**Listed entries**:

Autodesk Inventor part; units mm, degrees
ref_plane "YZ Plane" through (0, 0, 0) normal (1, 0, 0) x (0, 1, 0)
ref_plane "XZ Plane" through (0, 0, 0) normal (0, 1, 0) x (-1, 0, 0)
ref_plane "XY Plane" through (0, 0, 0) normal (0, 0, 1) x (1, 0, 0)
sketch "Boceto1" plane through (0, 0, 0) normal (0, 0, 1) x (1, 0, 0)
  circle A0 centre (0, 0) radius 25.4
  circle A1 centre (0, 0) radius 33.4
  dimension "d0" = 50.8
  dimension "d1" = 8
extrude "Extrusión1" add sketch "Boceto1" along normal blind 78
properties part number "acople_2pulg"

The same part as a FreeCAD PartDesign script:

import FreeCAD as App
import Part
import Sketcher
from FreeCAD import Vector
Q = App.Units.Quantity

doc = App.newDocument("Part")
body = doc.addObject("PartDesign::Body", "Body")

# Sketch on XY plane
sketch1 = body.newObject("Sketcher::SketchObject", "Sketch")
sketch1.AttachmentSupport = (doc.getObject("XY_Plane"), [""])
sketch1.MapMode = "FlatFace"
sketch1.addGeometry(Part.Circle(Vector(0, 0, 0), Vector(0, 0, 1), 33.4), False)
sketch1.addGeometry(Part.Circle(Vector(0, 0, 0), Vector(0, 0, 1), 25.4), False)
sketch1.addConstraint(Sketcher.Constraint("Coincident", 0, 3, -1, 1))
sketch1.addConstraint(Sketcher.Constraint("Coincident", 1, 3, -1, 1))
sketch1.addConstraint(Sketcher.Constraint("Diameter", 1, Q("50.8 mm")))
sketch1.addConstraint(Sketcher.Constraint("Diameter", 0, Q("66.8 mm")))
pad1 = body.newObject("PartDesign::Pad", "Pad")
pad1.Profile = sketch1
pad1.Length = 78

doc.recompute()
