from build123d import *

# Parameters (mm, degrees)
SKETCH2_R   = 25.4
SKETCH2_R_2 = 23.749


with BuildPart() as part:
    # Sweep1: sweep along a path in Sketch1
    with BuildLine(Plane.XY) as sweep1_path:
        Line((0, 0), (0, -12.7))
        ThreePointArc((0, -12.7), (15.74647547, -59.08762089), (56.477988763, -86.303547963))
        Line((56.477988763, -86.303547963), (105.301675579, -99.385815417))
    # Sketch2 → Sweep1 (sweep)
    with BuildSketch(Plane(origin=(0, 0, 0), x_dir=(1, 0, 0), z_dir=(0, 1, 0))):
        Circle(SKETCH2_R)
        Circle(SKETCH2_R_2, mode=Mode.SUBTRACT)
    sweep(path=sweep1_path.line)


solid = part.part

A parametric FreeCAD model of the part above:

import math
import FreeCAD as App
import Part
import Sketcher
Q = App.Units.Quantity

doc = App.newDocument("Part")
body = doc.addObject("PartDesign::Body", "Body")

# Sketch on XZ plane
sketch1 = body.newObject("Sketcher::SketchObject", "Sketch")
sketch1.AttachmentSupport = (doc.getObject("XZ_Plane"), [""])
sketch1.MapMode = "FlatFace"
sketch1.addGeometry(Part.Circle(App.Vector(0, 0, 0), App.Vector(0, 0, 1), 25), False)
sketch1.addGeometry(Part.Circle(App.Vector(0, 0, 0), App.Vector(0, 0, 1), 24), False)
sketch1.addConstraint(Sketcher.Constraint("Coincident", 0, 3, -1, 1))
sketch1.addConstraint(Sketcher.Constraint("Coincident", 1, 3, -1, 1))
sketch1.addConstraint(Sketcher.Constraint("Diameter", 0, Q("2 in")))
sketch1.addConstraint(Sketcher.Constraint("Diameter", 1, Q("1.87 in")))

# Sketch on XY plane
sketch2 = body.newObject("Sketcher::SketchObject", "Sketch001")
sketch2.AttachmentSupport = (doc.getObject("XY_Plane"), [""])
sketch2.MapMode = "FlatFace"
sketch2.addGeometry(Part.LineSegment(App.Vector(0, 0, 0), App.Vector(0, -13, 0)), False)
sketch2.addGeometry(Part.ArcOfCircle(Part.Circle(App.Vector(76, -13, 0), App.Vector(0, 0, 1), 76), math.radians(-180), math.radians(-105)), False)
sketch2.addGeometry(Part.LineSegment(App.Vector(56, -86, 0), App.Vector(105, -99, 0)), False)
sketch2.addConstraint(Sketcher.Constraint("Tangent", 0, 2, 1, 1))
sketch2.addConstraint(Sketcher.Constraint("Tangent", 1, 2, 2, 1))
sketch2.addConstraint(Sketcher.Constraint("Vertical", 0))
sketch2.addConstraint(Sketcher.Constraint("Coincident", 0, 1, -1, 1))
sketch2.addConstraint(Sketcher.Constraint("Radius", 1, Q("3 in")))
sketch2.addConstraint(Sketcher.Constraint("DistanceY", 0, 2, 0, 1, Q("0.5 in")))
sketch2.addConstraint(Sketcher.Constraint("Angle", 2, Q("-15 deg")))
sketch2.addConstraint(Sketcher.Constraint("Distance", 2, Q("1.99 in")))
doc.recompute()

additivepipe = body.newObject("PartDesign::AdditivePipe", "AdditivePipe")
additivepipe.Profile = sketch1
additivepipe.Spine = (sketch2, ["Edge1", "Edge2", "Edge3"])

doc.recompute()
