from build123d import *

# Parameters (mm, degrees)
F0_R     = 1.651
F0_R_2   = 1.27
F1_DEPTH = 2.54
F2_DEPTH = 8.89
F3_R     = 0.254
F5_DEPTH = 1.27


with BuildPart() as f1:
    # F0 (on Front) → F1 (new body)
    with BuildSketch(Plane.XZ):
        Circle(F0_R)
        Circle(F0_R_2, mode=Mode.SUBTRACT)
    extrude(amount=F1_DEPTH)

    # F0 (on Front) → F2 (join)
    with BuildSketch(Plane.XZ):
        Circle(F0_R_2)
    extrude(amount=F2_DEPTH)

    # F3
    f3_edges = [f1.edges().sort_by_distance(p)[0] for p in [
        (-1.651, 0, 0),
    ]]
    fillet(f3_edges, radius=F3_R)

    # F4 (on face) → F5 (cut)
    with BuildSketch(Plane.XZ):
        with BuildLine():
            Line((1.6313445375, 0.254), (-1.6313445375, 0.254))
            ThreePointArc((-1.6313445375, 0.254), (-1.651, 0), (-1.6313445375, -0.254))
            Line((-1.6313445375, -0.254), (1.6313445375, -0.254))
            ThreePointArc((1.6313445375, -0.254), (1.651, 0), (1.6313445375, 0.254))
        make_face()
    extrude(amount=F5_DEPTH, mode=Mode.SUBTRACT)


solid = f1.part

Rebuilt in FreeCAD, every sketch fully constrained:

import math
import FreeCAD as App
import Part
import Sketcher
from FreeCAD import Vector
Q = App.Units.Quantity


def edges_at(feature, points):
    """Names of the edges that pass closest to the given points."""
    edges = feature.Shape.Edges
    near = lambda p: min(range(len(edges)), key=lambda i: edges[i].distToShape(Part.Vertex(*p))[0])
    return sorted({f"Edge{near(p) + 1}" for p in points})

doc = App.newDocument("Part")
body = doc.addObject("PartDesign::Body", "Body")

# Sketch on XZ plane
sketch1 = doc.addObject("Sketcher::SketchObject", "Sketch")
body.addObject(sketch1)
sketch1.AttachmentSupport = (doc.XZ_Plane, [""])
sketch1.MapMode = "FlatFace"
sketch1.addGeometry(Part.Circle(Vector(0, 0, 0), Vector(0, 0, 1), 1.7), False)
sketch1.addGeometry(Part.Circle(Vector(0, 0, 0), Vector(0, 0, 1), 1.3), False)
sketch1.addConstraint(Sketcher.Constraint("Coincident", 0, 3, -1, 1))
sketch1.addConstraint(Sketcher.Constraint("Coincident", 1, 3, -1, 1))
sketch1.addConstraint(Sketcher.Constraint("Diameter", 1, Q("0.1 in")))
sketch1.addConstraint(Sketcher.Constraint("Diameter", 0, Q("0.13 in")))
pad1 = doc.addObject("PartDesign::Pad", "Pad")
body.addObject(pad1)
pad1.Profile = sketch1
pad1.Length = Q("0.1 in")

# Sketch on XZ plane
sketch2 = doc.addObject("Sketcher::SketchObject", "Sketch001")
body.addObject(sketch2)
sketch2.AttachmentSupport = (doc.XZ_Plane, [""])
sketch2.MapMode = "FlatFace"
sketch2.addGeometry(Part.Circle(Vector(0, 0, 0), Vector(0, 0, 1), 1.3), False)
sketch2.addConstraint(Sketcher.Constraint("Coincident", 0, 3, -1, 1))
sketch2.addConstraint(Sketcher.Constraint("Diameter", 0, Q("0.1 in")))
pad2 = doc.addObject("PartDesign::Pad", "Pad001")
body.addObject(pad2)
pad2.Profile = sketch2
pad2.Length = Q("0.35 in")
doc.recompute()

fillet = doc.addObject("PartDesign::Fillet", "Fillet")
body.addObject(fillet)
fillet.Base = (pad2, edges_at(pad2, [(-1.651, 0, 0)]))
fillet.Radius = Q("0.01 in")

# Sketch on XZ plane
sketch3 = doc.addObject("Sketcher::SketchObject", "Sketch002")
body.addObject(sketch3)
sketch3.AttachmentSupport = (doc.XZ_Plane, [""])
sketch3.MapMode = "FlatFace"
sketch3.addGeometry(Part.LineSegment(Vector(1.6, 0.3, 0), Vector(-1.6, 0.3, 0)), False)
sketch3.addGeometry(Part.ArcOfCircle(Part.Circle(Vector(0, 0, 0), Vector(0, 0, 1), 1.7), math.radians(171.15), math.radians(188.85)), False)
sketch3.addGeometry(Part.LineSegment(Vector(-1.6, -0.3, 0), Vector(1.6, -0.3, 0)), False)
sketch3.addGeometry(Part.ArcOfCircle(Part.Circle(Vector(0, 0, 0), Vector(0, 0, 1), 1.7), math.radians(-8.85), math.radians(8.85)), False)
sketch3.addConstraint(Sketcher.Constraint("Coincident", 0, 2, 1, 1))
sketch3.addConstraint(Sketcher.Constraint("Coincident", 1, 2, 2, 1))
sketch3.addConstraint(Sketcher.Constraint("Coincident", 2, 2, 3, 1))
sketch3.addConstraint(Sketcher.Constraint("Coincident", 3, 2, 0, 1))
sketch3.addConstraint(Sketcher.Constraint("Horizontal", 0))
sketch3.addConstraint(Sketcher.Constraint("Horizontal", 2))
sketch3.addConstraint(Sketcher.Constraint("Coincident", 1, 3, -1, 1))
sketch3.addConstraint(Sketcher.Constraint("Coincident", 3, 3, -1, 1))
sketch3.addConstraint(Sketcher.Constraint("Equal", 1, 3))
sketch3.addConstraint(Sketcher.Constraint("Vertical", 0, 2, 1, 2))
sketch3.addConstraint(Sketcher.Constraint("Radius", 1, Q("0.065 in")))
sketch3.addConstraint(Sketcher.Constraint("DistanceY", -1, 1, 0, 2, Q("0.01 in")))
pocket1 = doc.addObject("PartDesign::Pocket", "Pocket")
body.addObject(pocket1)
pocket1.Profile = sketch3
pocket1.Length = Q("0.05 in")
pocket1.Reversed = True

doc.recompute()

**Assigned task**: Retype exactly the lines above, from the one with "properties part number" through the one with "The same part", inclusive.

**Response to the exercise**:
properties part number "acople_2pulg"

The same part as a FreeCAD PartDesign script:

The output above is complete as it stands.